## What this task involves
The lines from the top of the data down to the line with "extrude(amount=BOSS_EXTRUDE1_DEPTH)" should be repeated exactly, both ends included.

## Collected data
# # # #

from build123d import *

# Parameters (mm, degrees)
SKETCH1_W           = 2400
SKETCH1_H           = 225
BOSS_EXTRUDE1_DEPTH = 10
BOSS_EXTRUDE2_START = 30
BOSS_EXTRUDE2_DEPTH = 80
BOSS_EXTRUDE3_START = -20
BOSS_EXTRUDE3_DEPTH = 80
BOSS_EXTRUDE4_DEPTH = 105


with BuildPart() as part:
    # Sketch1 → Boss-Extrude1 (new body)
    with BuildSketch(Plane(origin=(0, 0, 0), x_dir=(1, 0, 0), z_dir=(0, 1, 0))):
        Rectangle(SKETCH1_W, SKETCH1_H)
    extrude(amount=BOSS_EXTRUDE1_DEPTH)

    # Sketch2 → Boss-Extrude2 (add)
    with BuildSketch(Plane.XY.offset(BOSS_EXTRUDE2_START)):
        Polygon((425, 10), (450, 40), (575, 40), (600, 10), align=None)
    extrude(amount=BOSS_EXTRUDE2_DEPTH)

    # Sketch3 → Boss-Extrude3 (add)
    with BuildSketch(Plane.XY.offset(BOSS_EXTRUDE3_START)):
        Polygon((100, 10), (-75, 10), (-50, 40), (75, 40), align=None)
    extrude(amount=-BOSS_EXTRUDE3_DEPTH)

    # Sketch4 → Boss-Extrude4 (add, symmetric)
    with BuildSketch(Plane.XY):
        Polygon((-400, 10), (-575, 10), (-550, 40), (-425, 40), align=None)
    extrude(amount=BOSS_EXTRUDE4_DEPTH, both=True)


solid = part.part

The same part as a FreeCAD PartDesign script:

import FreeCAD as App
import Part
import Sketcher


def add_polygon(sketch, points):
    """Adds a closed chain of lines whose ends are joined by coincident constraints."""
    first, n = sketch.GeometryCount, len(points)
    for a, b in zip(points, points[1:] + points[:1]):
        sketch.addGeometry(Part.LineSegment(App.Vector(*a, 0), App.Vector(*b, 0)), False)
    for i in range(n):
        sketch.addConstraint(Sketcher.Constraint("Coincident", first + i, 2, first + (i + 1) % n, 1))

doc = App.newDocument("Part")
params = doc.addObject("Spreadsheet::Sheet", "Params")
for row, (alias, value) in enumerate([
    ("sketch1_width", "2400 mm"),
    ("sketch1_height", "225 mm"),
    ("pad1_length", "10 mm"),
    ("sketch2_width", "175 mm"),
    ("sketch2_width2", "125 mm"),
    ("pad2_length", "80 mm"),
    ("sketch3_width", "175 mm"),
    ("sketch3_width2", "125 mm"),
    ("pad3_length", "80 mm"),
    ("sketch4_width", "175 mm"),
    ("sketch4_width2", "125 mm"),
    ("pad4_length", "210 mm"),
], start=1):
    params.set(f"A{row}", alias)
    params.set(f"B{row}", "=" + value)
    params.setAlias(f"B{row}", alias)

body = doc.addObject("PartDesign::Body", "Body")

# Sketch on XZ plane
sketch1 = body.newObject("Sketcher::SketchObject", "Sketch")
sketch1.AttachmentSupport = (doc.getObject("XZ_Plane"), [""])
sketch1.MapMode = "FlatFace"
add_polygon(sketch1, [(-1200, -112.5), (-1200, 112.5), (1200, 112.5), (1200, -112.5)])  # lines 0-3
sketch1.addConstraint([
    Sketcher.Constraint("Vertical", 0),
    Sketcher.Constraint("Horizontal", 1),
    Sketcher.Constraint("Vertical", 2),
    Sketcher.Constraint("Horizontal", 3),
    Sketcher.Constraint("Symmetric", 0, 2, 2, 2, -1, 1),
    Sketcher.Constraint("DistanceX", 1, 1, 1, 2, 2400.0),
    Sketcher.Constraint("DistanceY", 0, 1, 0, 2, 225.0),
])
sketch1.setExpression("Constraints[9]", "Params.sketch1_width")
sketch1.setExpression("Constraints[10]", "Params.sketch1_height")
pad1 = body.newObject("PartDesign::Pad", "Pad")
pad1.Profile = sketch1
pad1.setExpression("Length", "Params.pad1_length")
pad1.Reversed = True

# Sketch on XY plane
sketch2 = body.newObject("Sketcher::SketchObject", "Sketch001")
sketch2.AttachmentSupport = (doc.getObject("XY_Plane"), [""])
sketch2.MapMode = "FlatFace"
sketch2.AttachmentOffset = App.Placement(App.Vector(0, 0, 30), App.Rotation())
add_polygon(sketch2, [(450, 40), (425, 10), (600, 10), (575, 40)])  # lines 0-3
sketch2.addConstraint([
    Sketcher.Constraint("Horizontal", 1),
    Sketcher.Constraint("Horizontal", 3),
    Sketcher.Constraint("Equal", 0, 2),
    Sketcher.Constraint("DistanceX", 1, 1, 1, 2, 175.0),
    Sketcher.Constraint("DistanceX", 3, 2, 3, 1, 125.0),
    Sketcher.Constraint("DistanceX", -1, 1, 0, 2, 425.0),
    Sketcher.Constraint("DistanceY", -1, 1, 0, 2, 10.0),
    Sketcher.Constraint("DistanceY", -1, 1, 2, 2, 40.0),
])
sketch2.setExpression("Constraints[7]", "Params.sketch2_width")
sketch2.setExpression("Constraints[8]", "Params.sketch2_width2")
pad2 = body.newObject("PartDesign::Pad", "Pad001")
pad2.Profile = sketch2
pad2.setExpression("Length", "Params.pad2_length")

# Sketch on XY plane
sketch3 = body.newObject("Sketcher::SketchObject", "Sketch002")
sketch3.AttachmentSupport = (doc.getObject("XY_Plane"), [""])
sketch3.MapMode = "FlatFace"
sketch3.AttachmentOffset = App.Placement(App.Vector(0, 0, -20), App.Rotation())
add_polygon(sketch3, [(-75, 10), (100, 10), (75, 40), (-50, 40)])  # lines 0-3
sketch3.addConstraint([
    Sketcher.Constraint("Horizontal", 0),
    Sketcher.Constraint("Horizontal", 2),
    Sketcher.Constraint("Equal", 1, 3),
    Sketcher.Constraint("DistanceX", 0, 1, 0, 2, 175.0),
    Sketcher.Constraint("DistanceX", 2, 2, 2, 1, 125.0),
    Sketcher.Constraint("DistanceX", -1, 1, 0, 2, 100.0),
    Sketcher.Constraint("DistanceY", -1, 1, 0, 2, 10.0),
    Sketcher.Constraint("DistanceY", -1, 1, 1, 2, 40.0),
])
sketch3.setExpression("Constraints[7]", "Params.sketch3_width")
sketch3.setExpression("Constraints[8]", "Params.sketch3_width2")
pad3 = body.newObject("PartDesign::Pad", "Pad002")
pad3.Profile = sketch3
pad3.setExpression("Length", "Params.pad3_length")
pad3.Reversed = True

# Sketch on XY plane
sketch4 = body.newObject("Sketcher::SketchObject", "Sketch003")
sketch4.AttachmentSupport = (doc.getObject("XY_Plane"), [""])
sketch4.MapMode = "FlatFace"
add_polygon(sketch4, [(-575, 10), (-400, 10), (-425, 40), (-550, 40)])  # lines 0-3
sketch4.addConstraint([
    Sketcher.Constraint("Horizontal", 0),
    Sketcher.Constraint("Horizontal", 2),
    Sketcher.Constraint("Equal", 1, 3),
    Sketcher.Constraint("DistanceX", 0, 1, 0, 2, 175.0),
    Sketcher.Constraint("DistanceX", 2, 2, 2, 1, 125.0),
    Sketcher.Constraint("DistanceX", 0, 2, -1, 1, 400.0),
    Sketcher.Constraint("DistanceY", -1, 1, 0, 2, 10.0),
    Sketcher.Constraint("DistanceY", -1, 1, 1, 2, 40.0),
])
sketch4.setExpression("Constraints[7]", "Params.sketch4_width")
sketch4.setExpression("Constraints[8]", "Params.sketch4_width2")
pad4 = body.newObject("PartDesign::Pad", "Pad003")
pad4.Profile = sketch4
pad4.setExpression("Length", "Params.pad4_length")
pad4.Midplane = True

doc.recompute()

# # # #

## Answer section
from build123d import *

# Parameters (mm, degrees)
SKETCH1_W           = 2400
SKETCH1_H           = 225
BOSS_EXTRUDE1_DEPTH = 10
BOSS_EXTRUDE2_START = 30
BOSS_EXTRUDE2_DEPTH = 80
BOSS_EXTRUDE3_START = -20
BOSS_EXTRUDE3_DEPTH = 80
BOSS_EXTRUDE4_DEPTH = 105


with BuildPart() as part:
    # Sketch1 → Boss-Extrude1 (new body)
    with BuildSketch(Plane(origin=(0, 0, 0), x_dir=(1, 0, 0), z_dir=(0, 1, 0))):
        Rectangle(SKETCH1_W, SKETCH1_H)
    extrude(amount=BOSS_EXTRUDE1_DEPTH)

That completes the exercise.